For more than 90 years, Qantas has been moving unique and oddly-sized items around the world, from fragile artwork to live animals, Formula 1 cars and aircraft parts (including engines).
One object that has never been flown until recently? Another plane. Let alone two.
For the first time, Qantas loaded two brand new Jonker JS3 Raptures sailplane gliders into the cargo hold of a passenger Boeing 747-400. With the collaboration of experts, lots of careful coordinating, and a few tight squeezes, the gliders were flown from Johannesburg, South Africa to Sydney, Australia.
The gliders were taken apart in smaller pieces with the fuselage, wings and rudders all packed into specially designed shipping crates.
The Qantas Freight team not only had to calculate if these boxes could fit inside the belly of the 747, but if the seven metres long boxes could fit through the door.
The special crates could swivel 360 degrees (and with a lot of pivoting), slid in well.

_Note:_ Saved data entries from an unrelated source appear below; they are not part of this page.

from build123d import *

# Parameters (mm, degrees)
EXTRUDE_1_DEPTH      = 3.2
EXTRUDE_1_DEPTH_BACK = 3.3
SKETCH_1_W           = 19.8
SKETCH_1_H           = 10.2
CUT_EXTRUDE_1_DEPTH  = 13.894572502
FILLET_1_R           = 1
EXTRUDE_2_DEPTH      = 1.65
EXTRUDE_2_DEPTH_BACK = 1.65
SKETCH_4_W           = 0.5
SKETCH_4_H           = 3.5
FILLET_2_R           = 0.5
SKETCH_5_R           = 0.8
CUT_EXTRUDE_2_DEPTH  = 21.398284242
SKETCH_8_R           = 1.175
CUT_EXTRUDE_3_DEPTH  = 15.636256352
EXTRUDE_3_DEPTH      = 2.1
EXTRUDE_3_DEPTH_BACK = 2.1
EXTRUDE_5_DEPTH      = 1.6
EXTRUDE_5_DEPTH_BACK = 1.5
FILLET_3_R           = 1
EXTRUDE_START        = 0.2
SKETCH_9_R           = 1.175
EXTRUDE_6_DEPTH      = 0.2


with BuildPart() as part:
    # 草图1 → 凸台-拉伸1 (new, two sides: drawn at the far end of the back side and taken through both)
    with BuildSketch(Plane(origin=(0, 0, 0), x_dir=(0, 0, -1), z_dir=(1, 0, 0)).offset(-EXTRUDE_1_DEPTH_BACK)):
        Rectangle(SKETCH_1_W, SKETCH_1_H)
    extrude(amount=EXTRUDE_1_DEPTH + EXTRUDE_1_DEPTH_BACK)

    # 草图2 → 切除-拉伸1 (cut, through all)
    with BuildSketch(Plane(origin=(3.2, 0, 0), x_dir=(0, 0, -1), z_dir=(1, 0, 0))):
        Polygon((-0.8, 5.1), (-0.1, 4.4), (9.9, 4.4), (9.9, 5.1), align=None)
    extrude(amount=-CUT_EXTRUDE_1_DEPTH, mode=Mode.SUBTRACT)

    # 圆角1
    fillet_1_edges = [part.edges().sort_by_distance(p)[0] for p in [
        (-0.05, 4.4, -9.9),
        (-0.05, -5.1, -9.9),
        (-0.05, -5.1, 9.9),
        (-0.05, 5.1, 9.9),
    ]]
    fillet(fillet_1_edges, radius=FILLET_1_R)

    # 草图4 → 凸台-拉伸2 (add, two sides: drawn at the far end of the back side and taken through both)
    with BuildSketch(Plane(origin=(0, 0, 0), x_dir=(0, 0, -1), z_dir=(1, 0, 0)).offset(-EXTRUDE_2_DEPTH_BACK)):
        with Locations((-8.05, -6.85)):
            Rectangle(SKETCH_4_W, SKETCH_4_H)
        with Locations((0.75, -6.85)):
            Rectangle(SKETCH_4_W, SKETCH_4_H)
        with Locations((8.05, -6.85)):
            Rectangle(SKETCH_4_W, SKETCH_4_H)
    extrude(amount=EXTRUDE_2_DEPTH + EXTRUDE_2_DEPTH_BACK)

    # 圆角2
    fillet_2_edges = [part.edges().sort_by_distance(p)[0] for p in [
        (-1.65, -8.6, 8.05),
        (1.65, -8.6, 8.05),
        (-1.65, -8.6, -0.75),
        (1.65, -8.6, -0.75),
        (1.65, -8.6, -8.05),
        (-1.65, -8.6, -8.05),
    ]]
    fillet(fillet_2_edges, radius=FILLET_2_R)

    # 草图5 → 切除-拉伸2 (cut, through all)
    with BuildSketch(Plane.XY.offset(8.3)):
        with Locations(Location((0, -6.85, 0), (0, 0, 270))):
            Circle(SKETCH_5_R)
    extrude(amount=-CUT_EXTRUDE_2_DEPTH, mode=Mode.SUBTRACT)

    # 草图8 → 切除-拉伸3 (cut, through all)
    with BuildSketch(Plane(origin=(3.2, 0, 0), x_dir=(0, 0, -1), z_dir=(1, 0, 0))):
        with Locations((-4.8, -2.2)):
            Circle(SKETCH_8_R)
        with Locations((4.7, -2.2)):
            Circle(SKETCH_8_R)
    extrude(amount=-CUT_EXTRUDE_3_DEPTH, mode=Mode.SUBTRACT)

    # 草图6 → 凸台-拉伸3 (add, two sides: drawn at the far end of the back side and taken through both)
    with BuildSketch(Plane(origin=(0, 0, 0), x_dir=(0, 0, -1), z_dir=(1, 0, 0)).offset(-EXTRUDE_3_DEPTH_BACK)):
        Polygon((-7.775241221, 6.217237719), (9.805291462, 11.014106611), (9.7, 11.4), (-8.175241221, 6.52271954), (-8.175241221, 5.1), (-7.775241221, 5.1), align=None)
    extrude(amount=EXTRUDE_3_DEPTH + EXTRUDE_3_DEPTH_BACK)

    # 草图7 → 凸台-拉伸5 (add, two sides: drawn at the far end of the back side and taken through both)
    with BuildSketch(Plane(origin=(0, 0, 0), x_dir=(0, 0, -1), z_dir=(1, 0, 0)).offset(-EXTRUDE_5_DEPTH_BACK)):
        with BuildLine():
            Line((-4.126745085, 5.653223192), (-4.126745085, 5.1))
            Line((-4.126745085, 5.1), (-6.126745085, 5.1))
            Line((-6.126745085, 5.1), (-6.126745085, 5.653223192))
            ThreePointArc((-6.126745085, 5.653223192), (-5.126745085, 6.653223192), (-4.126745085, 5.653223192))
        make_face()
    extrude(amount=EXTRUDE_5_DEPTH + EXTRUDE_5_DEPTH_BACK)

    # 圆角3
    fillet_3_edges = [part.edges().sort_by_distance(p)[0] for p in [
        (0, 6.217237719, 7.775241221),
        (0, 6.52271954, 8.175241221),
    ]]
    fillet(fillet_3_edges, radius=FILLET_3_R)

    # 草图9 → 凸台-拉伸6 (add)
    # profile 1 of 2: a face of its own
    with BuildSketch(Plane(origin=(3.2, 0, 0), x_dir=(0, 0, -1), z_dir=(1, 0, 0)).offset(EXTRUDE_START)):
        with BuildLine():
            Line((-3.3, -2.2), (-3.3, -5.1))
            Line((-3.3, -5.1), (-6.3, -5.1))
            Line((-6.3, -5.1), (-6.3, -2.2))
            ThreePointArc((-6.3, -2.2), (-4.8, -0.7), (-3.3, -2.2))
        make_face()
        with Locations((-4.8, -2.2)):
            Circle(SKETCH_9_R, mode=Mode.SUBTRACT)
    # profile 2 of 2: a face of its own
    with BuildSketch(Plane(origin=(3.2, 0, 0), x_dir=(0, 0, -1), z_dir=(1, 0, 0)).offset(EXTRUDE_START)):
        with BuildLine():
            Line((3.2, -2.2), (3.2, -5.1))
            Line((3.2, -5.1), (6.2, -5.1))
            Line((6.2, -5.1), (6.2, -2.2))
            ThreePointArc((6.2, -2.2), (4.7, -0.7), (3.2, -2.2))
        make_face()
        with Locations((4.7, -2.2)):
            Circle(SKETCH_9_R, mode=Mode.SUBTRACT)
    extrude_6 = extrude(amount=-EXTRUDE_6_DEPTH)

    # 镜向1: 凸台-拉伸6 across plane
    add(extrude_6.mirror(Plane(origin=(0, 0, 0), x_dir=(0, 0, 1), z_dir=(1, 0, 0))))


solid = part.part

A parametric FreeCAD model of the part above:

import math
import FreeCAD as App
import Part
import Sketcher
from FreeCAD import Vector
Q = App.Units.Quantity


def edges_at(feature, points):
    """Names of the edges that pass closest to the given points."""
    edges = feature.Shape.Edges
    near = lambda p: min(range(len(edges)), key=lambda i: edges[i].distToShape(Part.Vertex(*p))[0])
    return sorted({f"Edge{near(p) + 1}" for p in points})


def add_polygon(sketch, points):
    """Adds a closed chain of lines whose ends are joined by coincident constraints."""
    first, n = sketch.GeometryCount, len(points)
    for a, b in zip(points, points[1:] + points[:1]):
        sketch.addGeometry(Part.LineSegment(App.Vector(*a, 0), App.Vector(*b, 0)), False)
    for i in range(n):
        sketch.addConstraint(Sketcher.Constraint("Coincident", first + i, 2, first + (i + 1) % n, 1))

doc = App.newDocument("Part")
body = doc.addObject("PartDesign::Body", "Body")

# Sketch on YZ plane
sketch1 = body.newObject("Sketcher::SketchObject", "Sketch")
sketch1.AttachmentSupport = (doc.getObject("YZ_Plane"), [""])
sketch1.MapMode = "FlatFace"
add_polygon(sketch1, [(5, 10), (-5, 10), (-5, -10), (5, -10)])  # lines 0-3
sketch1.addConstraint([
    Sketcher.Constraint("Horizontal", 0),
    Sketcher.Constraint("Vertical", 1),
    Sketcher.Constraint("Horizontal", 2),
    Sketcher.Constraint("Vertical", 3),
    Sketcher.Constraint("Symmetric", 0, 2, 2, 2, -1, 1),
    Sketcher.Constraint("DistanceX", 0, 2, 0, 1, Q("10.2 mm")),
    Sketcher.Constraint("DistanceY", 1, 2, 1, 1, Q("19.8 mm")),
])
pad1 = body.newObject("PartDesign::Pad", "Pad")
pad1.Profile = sketch1
pad1.Type = "TwoLengths"
pad1.Length = 3.2
pad1.Length2 = 3.3
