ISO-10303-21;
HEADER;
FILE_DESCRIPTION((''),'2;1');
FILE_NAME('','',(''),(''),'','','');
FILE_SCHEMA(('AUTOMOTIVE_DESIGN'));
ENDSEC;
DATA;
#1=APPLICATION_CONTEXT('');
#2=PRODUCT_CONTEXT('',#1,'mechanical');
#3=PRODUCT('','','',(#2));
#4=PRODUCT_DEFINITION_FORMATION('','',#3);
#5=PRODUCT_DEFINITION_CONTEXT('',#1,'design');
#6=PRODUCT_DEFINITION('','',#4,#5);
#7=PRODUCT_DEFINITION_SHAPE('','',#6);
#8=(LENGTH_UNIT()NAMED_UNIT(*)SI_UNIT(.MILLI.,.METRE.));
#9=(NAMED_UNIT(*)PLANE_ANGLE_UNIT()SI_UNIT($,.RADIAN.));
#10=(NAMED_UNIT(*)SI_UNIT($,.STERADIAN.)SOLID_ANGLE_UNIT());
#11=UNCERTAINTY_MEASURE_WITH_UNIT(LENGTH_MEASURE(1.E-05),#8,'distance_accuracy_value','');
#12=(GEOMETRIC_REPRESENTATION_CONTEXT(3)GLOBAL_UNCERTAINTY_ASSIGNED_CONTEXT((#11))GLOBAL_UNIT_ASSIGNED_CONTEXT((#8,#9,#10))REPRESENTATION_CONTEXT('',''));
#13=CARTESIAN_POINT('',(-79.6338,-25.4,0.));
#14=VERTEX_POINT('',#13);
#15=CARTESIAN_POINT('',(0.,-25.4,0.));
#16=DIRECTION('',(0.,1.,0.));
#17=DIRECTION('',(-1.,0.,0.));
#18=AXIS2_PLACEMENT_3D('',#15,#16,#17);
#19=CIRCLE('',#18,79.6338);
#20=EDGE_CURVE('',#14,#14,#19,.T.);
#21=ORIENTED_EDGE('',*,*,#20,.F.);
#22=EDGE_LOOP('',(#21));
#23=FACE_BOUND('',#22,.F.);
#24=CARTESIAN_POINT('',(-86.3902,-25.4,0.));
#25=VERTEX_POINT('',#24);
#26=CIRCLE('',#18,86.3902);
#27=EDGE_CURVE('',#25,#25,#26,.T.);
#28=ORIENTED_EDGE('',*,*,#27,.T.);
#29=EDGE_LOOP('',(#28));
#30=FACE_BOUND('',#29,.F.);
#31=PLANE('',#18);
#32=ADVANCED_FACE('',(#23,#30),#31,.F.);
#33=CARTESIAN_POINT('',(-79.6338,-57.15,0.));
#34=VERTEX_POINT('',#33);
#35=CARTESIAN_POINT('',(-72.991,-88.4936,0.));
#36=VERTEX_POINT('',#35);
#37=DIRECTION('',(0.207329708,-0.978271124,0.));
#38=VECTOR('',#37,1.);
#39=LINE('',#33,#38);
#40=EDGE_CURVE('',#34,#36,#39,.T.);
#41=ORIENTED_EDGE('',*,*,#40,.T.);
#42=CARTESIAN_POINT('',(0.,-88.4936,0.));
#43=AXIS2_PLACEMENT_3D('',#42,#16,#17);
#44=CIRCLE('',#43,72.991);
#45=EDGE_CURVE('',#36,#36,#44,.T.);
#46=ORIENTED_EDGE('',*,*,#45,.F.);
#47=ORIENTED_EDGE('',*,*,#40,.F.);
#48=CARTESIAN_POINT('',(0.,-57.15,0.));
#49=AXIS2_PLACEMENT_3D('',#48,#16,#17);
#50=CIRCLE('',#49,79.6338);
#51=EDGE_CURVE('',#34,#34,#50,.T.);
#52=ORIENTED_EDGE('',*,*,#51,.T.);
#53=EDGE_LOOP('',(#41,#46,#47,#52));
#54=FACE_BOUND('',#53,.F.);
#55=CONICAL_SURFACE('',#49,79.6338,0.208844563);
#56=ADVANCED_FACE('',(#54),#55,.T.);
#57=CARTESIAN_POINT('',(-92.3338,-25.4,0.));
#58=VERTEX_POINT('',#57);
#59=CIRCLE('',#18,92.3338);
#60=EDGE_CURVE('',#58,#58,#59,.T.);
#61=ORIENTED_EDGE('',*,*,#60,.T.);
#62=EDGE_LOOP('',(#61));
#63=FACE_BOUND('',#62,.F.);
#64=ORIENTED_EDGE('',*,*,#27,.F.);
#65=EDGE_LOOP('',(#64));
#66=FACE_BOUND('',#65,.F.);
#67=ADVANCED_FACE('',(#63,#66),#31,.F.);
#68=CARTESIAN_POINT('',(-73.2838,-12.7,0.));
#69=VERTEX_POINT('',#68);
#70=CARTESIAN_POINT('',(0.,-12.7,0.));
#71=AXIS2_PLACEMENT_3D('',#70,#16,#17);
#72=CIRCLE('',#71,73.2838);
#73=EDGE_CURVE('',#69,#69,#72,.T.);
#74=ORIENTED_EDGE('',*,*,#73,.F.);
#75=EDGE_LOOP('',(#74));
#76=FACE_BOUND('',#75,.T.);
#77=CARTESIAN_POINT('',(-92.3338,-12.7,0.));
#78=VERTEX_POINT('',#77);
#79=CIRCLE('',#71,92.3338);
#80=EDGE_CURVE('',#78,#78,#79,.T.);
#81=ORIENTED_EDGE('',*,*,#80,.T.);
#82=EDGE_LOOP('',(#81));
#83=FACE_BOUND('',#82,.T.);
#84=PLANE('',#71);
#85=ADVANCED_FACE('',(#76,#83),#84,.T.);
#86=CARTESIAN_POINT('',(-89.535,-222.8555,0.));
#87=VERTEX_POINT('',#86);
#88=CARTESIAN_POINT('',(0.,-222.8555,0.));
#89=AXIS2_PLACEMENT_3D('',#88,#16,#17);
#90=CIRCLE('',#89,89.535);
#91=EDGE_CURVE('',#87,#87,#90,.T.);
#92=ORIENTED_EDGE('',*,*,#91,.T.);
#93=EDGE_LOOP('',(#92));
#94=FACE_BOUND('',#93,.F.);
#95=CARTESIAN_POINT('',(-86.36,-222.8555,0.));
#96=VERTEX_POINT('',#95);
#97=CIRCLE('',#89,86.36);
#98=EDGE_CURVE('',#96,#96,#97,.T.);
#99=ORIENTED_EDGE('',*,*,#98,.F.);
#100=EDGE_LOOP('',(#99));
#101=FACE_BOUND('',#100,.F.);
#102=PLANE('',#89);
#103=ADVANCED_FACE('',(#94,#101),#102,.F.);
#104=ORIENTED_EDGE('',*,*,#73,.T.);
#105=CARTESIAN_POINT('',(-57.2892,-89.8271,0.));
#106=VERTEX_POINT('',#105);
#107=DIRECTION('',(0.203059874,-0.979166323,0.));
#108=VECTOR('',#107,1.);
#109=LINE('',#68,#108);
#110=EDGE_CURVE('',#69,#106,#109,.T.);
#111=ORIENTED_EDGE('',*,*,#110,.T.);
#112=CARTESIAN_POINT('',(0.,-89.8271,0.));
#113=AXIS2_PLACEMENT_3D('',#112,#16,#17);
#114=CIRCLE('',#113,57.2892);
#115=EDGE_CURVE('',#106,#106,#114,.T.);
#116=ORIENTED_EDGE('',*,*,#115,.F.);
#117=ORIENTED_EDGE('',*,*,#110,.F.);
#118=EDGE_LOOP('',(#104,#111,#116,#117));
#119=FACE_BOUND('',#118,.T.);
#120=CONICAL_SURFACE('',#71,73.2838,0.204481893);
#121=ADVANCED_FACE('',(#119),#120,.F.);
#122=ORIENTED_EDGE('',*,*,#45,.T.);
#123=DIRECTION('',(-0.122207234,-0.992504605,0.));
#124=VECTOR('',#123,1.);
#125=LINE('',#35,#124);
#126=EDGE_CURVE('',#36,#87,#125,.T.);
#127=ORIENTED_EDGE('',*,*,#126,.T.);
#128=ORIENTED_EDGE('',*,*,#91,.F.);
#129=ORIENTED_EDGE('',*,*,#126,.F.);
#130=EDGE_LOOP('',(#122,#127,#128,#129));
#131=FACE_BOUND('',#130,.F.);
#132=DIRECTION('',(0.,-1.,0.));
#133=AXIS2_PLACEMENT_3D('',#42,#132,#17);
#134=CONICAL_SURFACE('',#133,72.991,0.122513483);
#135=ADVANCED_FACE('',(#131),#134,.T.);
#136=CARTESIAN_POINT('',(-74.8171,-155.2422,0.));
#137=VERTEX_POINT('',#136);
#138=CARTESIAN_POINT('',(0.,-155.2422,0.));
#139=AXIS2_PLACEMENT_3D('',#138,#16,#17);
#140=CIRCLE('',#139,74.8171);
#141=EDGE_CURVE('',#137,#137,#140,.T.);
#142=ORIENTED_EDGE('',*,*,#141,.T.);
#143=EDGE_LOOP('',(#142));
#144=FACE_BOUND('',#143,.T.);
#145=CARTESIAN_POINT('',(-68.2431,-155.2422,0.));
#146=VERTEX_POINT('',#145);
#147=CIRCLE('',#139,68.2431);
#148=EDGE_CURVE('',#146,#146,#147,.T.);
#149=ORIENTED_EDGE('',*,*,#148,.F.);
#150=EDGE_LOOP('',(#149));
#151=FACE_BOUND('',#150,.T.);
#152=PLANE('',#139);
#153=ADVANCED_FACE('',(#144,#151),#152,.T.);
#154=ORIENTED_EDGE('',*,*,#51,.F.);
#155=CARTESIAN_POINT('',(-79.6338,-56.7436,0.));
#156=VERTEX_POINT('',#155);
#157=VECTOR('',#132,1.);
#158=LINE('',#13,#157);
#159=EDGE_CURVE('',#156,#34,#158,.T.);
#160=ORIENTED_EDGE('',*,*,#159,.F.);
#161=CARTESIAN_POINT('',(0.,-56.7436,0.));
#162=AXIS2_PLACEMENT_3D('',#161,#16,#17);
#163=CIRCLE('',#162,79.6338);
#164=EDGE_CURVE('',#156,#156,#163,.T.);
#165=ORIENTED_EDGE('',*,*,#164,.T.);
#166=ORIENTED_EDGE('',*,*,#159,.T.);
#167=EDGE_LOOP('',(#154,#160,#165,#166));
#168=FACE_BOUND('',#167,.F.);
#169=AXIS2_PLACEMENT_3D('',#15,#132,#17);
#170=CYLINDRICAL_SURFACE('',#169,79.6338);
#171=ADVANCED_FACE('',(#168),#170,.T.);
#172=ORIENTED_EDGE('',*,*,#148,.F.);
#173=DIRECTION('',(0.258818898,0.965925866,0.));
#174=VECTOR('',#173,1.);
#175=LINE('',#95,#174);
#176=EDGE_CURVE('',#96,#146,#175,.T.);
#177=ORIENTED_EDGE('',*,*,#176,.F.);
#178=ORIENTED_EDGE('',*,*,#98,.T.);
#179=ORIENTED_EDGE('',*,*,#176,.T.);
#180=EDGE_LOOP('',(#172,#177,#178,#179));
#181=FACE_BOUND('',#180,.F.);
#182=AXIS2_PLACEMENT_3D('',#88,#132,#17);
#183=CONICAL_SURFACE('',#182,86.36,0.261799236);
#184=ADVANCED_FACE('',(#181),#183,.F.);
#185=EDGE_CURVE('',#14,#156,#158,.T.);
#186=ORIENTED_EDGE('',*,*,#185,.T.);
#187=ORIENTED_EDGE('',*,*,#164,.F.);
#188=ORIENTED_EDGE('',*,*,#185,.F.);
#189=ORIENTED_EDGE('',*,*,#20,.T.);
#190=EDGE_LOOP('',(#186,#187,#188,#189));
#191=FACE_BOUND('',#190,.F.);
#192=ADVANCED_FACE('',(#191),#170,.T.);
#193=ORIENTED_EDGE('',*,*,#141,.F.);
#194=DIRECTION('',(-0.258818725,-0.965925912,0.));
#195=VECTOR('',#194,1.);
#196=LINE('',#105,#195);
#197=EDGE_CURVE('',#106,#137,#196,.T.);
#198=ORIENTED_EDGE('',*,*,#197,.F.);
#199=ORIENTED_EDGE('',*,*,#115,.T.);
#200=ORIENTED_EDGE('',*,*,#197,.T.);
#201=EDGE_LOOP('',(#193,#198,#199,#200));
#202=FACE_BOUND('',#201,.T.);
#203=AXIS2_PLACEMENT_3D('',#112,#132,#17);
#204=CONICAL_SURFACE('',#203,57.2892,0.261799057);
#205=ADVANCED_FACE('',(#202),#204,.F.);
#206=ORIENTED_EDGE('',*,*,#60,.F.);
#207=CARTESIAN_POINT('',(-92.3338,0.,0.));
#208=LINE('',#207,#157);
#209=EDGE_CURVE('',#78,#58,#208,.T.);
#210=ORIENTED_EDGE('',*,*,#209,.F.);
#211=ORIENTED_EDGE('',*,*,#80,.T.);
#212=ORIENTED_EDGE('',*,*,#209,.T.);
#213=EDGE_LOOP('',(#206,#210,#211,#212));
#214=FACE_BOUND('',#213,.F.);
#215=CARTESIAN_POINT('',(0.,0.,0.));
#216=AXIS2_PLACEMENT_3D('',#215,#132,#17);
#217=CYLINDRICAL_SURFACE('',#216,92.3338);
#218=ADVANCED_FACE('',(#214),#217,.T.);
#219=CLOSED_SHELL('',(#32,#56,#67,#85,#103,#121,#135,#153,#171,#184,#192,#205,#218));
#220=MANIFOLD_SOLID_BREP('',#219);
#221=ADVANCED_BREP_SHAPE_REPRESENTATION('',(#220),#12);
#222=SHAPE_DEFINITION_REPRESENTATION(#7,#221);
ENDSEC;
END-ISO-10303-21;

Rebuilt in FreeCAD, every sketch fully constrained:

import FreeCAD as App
import Part
import Sketcher
Q = App.Units.Quantity


def add_polygon(sketch, points):
    """Adds a closed chain of lines whose ends are joined by coincident constraints."""
    first, n = sketch.GeometryCount, len(points)
    for a, b in zip(points, points[1:] + points[:1]):
        sketch.addGeometry(Part.LineSegment(App.Vector(*a, 0), App.Vector(*b, 0)), False)
    for i in range(n):
        sketch.addConstraint(Sketcher.Constraint("Coincident", first + i, 2, first + (i + 1) % n, 1))

doc = App.newDocument("Part")
body = doc.addObject("PartDesign::Body", "Body")

sketch1 = body.newObject("Sketcher::SketchObject", "Sketch")
sketch1.AttachmentSupport = (doc.getObject("XY_Plane"), [""])
sketch1.MapMode = "FlatFace"
add_polygon(sketch1, [(-73.2838, -12.7), (-92.3338, -12.7), (-92.3338, -25.4), (-79.6338, -25.4), (-79.6338, -57.15), (-72.991, -88.4936), (-89.535, -222.8555), (-86.36, -222.8555), (-68.2431, -155.2422), (-74.8171, -155.2422), (-57.289155, -89.827091)])
sketch1.addConstraint(Sketcher.Constraint("Horizontal", 0))
sketch1.addConstraint(Sketcher.Constraint("Vertical", 1))
sketch1.addConstraint(Sketcher.Constraint("Horizontal", 2))
sketch1.addConstraint(Sketcher.Constraint("Vertical", 3))
sketch1.addConstraint(Sketcher.Constraint("Horizontal", 6))
sketch1.addConstraint(Sketcher.Constraint("Horizontal", 8))
sketch1.addConstraint(Sketcher.Constraint("DistanceX", 2, 1, 2, 2, Q("0.5 in")))
sketch1.addConstraint(Sketcher.Constraint("DistanceY", 1, 2, 1, 1, Q("0.5 in")))
sketch1.addConstraint(Sketcher.Constraint("DistanceY", 1, 2, -1, 1, Q("1 in")))
sketch1.addConstraint(Sketcher.Constraint("DistanceX", 0, 2, 0, 1, Q("0.75 in")))
sketch1.addConstraint(Sketcher.Constraint("DistanceY", 3, 2, 3, 1, Q("1.25 in")))
sketch1.addConstraint(Sketcher.Constraint("DistanceX", 6, 2, -1, 1, Q("3.4 in")))
sketch1.addConstraint(Sketcher.Constraint("DistanceX", 6, 1, 6, 2, Q("0.125 in")))
sketch1.addConstraint(Sketcher.Constraint("DistanceY", 4, 2, -1, 1, Q("3.484 in")))
sketch1.addConstraint(Sketcher.Constraint("Distance", 4, Q("1.2614 in")))
sketch1.addConstraint(Sketcher.Constraint("Distance", 10, Q("3.1011 in")))
sketch1.addConstraint(Sketcher.Constraint("DistanceX", 8, 2, 8, 1, 6.574))
sketch1.addConstraint(Sketcher.Constraint("DistanceX", 0, 2, -1, 1, Q("3.6352 in")))
sketch1.addConstraint(Sketcher.Constraint("DistanceY", 7, 2, -1, 1, Q("6.1119 in")))
sketch1.addConstraint(Sketcher.Constraint("DistanceY", 9, 2, -1, 1, Q("3.5365 in")))
sketch1.addConstraint(Sketcher.Constraint("DistanceX", 8, 2, 4, 2, Q("0.0719 in")))
sketch1.addConstraint(Sketcher.Constraint("Distance", 5, 135.3766))
revolution = body.newObject("PartDesign::Revolution", "Revolution")
revolution.Profile = sketch1
revolution.ReferenceAxis = (sketch1, ["V_Axis"])
revolution.Angle = 360

doc.recompute()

Once the boxes were locked in, there was 100mm of clearance between the top of the boxes and the ceiling of the cargo hold, making it a near perfect fit.
After landing safely in Sydney, the gliders made their way onward for their debut at the FAI World Gliding Championship in Benalla, Victoria.
Gliders usually travel large distances by sea, but due to timing constraints, Qantas worked closely with Jonker through the challenging logistics to deliver the gliders on time so they could compete in the World Gliding Championships.
Before these gliders even competed in Melbourne, they had broken an altitude, distance, speed and endurance record, having ‘flown’ (in a B747) from Johannesburg to Sydney.